- Born: August 4, 1886 Wawa, Pennsylvania
- Died: February 3, 1952 (aged 65) Media, Pennsylvania
- Scientific career
- Fields: Botanist

= Francis W. Pennell =

American botanist

Francis Whittier Pennell (4 August 1886 – 3 February 1952) was an American botanist best known for his studies of the Scrophulariaceae. Employed by the New York Botanical Garden and then by the Academy of Natural Sciences of Philadelphia, he carried out botanical research in both North America and South America.

==Life==
Pennell was born to a Quaker family on their farm near Wawa, Pennsylvania. Considered delicate by his family, he was excused from farm chores, which engendered in him a lifelong fear of water and incapacity with mechanical devices. Pennell was educated at Westtown School and then at the University of Pennsylvania, from which he received a B.S. in 1911 and a Ph.D. in 1913. Encouraged by John M. Macfarlane, the head of the botany department, Pennell wrote his doctoral thesis on the Scrophulariaceae (as then circumscribed), a group on which he was to become a world authority.

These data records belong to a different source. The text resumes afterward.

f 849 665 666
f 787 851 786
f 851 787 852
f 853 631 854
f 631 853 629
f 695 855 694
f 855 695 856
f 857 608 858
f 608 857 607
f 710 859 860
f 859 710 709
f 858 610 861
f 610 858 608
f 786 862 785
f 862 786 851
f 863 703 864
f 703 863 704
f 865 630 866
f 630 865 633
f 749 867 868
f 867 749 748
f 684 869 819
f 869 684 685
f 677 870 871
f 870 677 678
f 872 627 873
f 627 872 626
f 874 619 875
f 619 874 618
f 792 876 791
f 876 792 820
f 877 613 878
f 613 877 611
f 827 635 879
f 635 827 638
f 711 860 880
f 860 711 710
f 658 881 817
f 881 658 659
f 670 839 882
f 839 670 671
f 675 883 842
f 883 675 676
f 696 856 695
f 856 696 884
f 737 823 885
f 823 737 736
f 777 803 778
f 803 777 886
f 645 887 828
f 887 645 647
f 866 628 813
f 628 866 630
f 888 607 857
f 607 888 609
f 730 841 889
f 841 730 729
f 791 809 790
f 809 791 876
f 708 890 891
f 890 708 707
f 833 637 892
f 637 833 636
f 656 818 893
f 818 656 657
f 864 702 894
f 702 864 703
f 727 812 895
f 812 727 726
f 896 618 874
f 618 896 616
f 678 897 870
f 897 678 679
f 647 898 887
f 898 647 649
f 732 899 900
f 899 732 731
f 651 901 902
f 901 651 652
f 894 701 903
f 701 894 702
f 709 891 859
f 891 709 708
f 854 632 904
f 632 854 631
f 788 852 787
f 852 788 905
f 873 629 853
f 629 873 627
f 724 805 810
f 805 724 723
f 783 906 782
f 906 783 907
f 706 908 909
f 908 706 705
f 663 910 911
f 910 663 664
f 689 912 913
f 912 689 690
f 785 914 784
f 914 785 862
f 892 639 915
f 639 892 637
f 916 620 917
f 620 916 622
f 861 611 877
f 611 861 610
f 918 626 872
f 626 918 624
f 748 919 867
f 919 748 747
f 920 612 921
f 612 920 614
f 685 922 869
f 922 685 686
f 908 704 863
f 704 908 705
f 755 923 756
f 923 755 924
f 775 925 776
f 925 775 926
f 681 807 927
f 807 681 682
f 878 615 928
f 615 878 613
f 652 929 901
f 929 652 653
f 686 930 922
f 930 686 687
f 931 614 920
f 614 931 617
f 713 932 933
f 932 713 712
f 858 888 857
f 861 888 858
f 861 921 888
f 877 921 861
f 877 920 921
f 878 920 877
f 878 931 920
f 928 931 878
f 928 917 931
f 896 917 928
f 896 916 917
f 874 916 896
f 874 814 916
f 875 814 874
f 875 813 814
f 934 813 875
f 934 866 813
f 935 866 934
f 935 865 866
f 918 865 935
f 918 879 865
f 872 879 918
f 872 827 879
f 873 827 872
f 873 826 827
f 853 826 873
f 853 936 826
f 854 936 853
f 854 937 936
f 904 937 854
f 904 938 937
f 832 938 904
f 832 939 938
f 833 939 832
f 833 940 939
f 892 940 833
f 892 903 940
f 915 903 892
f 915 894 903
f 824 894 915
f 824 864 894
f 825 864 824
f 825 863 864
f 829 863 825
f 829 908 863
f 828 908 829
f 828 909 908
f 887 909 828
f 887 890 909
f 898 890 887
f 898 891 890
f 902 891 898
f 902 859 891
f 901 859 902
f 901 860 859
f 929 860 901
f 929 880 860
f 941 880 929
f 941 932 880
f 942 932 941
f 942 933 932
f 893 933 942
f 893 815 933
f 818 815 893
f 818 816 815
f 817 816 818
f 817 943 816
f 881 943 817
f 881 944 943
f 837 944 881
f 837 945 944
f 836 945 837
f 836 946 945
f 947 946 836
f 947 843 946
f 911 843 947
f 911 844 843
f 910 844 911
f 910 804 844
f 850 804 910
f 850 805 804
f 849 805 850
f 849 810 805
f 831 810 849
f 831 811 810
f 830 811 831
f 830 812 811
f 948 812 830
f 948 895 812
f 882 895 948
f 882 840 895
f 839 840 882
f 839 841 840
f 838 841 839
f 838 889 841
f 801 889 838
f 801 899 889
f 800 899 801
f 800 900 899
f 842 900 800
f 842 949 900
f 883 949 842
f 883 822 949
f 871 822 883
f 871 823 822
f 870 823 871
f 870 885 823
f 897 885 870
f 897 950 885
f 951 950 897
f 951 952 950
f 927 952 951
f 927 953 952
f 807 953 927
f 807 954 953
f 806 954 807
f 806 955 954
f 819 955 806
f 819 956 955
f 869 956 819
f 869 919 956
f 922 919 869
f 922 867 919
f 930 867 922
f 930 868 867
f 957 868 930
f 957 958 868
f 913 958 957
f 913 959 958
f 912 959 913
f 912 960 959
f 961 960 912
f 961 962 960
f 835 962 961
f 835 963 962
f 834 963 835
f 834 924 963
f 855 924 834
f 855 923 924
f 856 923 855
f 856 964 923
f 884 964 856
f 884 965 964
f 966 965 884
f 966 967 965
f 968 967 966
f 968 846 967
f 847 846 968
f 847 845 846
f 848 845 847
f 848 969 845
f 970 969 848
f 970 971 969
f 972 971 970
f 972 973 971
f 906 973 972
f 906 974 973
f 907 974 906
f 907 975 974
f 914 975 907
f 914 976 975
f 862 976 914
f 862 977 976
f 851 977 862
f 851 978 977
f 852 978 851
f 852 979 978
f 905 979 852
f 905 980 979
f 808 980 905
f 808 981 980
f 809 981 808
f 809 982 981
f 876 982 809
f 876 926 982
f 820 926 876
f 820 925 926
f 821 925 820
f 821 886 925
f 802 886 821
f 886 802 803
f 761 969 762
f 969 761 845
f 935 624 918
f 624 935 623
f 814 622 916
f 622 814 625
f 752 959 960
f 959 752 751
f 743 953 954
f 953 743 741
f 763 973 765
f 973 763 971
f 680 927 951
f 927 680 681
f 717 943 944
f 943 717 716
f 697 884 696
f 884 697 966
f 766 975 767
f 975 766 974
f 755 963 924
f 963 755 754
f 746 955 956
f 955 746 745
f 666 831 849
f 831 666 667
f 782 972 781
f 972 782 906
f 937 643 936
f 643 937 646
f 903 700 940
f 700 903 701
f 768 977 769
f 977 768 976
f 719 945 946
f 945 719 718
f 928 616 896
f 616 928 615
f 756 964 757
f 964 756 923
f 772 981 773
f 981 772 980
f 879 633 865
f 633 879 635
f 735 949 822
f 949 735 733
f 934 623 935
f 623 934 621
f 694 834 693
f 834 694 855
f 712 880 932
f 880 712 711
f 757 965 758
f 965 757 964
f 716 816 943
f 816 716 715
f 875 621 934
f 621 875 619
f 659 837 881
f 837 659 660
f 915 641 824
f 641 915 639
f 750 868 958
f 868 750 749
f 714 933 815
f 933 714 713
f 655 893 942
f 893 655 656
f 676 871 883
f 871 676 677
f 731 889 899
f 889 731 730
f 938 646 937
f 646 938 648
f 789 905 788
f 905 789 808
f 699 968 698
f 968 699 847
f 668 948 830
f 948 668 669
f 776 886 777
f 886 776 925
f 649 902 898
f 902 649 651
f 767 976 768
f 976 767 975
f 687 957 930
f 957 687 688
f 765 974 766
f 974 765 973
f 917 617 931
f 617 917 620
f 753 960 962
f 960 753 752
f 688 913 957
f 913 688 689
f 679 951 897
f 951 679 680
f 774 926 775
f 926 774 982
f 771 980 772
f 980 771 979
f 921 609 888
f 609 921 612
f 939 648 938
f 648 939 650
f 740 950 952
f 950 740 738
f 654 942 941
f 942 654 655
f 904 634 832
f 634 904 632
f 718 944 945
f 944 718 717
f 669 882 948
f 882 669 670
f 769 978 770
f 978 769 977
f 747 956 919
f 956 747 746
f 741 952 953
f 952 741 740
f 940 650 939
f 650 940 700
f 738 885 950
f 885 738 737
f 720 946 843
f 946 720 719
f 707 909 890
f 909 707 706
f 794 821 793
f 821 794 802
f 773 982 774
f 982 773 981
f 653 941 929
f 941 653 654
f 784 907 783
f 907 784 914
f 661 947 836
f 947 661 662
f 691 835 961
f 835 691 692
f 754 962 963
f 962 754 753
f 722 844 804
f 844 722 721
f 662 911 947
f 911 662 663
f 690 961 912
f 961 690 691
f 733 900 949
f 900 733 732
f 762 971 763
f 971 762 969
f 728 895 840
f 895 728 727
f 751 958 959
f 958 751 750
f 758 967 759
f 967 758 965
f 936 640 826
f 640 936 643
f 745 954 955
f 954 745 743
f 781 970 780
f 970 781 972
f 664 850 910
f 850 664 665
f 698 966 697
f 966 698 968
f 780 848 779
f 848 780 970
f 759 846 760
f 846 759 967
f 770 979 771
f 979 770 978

From 1914 to 1921, Pennell was a member of the staff at the New York Botanical Garden.

In 1921, Pennell became Curator of Plants at the Academy of Natural Sciences of Philadelphia. Undeterred by his phobias, Pennell engaged in a series of field researches on North American Scrophulariaceae, publishing an important monograph, The Scrophulariaceae of Eastern Temperate North America, in 1935.

Pennell died of a heart attack while attending Quaker Meeting in Media, Pennsylvania in 1952. He was survived by his wife, Anne, and one son.

In 1917, botanist Nieuwl. published Pennellia, a genus of flowering plants from America and South America, belonging to the family Brassicaceae and named in honour of Pennell. Then in 1970, botanist Crosswh. published Pennellianthus, a monotypic genus of flowering plants from Russia and Japan, belonging to the family Plantaginaceae and also named in honour of Pennell.